**How to complete this task:** Look through the material below and give the number of lines where the string "DIRECTION" occurs, with nothing added.

************

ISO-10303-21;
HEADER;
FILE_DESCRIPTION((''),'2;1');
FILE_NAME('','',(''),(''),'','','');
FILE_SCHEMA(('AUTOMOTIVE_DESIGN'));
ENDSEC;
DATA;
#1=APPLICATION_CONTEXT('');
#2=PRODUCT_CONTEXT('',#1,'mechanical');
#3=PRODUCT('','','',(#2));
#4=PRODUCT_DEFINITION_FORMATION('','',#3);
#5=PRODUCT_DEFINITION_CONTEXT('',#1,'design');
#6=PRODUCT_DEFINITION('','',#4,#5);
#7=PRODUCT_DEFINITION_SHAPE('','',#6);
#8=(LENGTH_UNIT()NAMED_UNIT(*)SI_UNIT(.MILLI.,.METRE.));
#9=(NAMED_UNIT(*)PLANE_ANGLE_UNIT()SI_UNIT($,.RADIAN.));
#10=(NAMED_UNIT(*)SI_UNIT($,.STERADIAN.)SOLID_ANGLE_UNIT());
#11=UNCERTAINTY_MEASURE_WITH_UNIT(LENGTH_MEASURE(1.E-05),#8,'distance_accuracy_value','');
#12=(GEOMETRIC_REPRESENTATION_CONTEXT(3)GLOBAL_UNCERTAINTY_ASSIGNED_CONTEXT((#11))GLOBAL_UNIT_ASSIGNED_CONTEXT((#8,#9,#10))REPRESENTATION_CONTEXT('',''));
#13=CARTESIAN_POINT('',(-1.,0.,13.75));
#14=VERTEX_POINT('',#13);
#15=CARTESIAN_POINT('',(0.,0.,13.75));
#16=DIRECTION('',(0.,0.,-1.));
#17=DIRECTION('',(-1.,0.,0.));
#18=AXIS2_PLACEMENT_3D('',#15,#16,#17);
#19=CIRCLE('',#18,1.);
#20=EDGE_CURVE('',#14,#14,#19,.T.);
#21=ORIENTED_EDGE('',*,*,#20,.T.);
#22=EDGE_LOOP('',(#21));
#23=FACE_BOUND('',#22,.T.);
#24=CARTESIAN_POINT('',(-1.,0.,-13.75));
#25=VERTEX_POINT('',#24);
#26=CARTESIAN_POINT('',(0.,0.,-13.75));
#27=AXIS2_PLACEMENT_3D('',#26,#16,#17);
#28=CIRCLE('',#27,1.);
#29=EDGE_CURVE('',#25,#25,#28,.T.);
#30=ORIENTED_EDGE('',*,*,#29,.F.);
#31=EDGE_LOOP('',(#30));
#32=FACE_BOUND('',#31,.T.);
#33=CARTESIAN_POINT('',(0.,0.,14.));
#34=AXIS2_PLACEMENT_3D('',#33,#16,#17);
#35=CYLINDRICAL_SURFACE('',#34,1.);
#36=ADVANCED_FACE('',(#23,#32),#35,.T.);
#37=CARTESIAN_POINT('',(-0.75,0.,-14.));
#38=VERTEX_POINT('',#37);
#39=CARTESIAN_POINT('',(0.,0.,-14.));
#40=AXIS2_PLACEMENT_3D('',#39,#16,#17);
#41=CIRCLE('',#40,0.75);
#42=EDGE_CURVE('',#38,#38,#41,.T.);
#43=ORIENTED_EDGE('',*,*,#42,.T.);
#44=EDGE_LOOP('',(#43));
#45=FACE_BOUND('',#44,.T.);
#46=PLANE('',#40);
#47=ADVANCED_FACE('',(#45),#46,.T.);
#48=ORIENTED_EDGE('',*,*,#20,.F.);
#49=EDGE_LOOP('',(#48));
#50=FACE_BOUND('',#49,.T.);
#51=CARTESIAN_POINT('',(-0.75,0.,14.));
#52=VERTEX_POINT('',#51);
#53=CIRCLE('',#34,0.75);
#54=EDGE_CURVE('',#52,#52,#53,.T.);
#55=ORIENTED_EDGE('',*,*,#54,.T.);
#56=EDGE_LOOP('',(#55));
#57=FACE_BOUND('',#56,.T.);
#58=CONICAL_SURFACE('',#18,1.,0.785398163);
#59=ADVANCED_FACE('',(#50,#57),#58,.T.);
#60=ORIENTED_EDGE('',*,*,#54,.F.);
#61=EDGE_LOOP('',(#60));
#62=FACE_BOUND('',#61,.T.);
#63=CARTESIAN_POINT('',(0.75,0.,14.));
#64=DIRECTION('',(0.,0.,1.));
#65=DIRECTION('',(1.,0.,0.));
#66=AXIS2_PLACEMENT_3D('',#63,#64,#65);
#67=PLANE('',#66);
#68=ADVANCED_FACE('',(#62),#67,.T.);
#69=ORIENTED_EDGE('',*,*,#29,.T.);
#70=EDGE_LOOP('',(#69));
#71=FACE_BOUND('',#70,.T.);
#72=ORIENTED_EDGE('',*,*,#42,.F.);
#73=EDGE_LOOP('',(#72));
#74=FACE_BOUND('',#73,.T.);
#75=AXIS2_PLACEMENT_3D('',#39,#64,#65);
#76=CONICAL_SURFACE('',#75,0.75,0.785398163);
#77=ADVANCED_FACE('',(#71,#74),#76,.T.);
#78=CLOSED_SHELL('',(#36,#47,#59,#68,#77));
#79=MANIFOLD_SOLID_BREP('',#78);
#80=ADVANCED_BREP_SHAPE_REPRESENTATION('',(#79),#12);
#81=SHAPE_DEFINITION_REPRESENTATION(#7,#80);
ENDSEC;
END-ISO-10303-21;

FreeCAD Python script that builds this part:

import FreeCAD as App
import Part
import Sketcher

V = App.Vector
Q = App.Units.Quantity


def add_polygon(sketch, points):
    """Adds a closed chain of lines whose ends are joined by coincident constraints."""
    first, n = sketch.GeometryCount, len(points)
    for a, b in zip(points, points[1:] + points[:1]):
        sketch.addGeometry(Part.LineSegment(App.Vector(*a, 0), App.Vector(*b, 0)), False)
    for i in range(n):
        sketch.addConstraint(Sketcher.Constraint("Coincident", first + i, 2, first + (i + 1) % n, 1))

doc = App.newDocument("Part")
params = doc.addObject("Spreadsheet::Sheet", "Params")
for row, (alias, value) in enumerate([
    ("sketch1_height", "28 mm"),
    ("sketch1_height2", "27.5 mm"),
    ("revolution_angle", "360 deg"),
], start=1):
    params.set(f"A{row}", alias)
    params.set(f"B{row}", "=" + value)
    params.setAlias(f"B{row}", alias)

body = doc.addObject("PartDesign::Body", "Body")

# Sketch on XZ plane
sketch1 = body.newObject("Sketcher::SketchObject", "Sketch")
sketch1.AttachmentSupport = (doc.getObject("XZ_Plane"), [""])
sketch1.MapMode = "FlatFace"
add_polygon(sketch1, [(0.75, 14), (0, 14), (0, -14), (0.75, -14), (1, -13.75), (1, 13.75)])  # lines 0-5
sketch1.addConstraint(Sketcher.Constraint("Horizontal", 0))
sketch1.addConstraint(Sketcher.Constraint("Vertical", 1))
sketch1.addConstraint(Sketcher.Constraint("Horizontal", 2))
sketch1.addConstraint(Sketcher.Constraint("Vertical", 4))
sketch1.addConstraint(Sketcher.Constraint("Symmetric", 0, 2, 1, 2, -1, 1))
sketch1.addConstraint(Sketcher.Constraint("Perpendicular", 3, 5))
sketch1.addConstraint(Sketcher.Constraint("Vertical", 2, 2, 5, 2))
sketch1.addConstraint(Sketcher.Constraint("Equal", 3, 5))
sketch1.addConstraint(Sketcher.Constraint("DistanceY", 1, 2, 1, 1, Q("28 mm")))
sketch1.addConstraint(Sketcher.Constraint("DistanceY", 4, 1, 4, 2, Q("27.5 mm")))
sketch1.addConstraint(Sketcher.Constraint("DistanceX", -1, 1, 3, 2, Q("1 mm")))
sketch1.setExpression("Constraints[14]", "Params.sketch1_height")
sketch1.setExpression("Constraints[15]", "Params.sketch1_height2")
revolution = body.newObject("PartDesign::Revolution", "Revolution")
revolution.Profile = sketch1
revolution.ReferenceAxis = (sketch1, ["V_Axis"])
revolution.setExpression("Angle", "Params.revolution_angle")

doc.recompute()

************

**Your response:** 4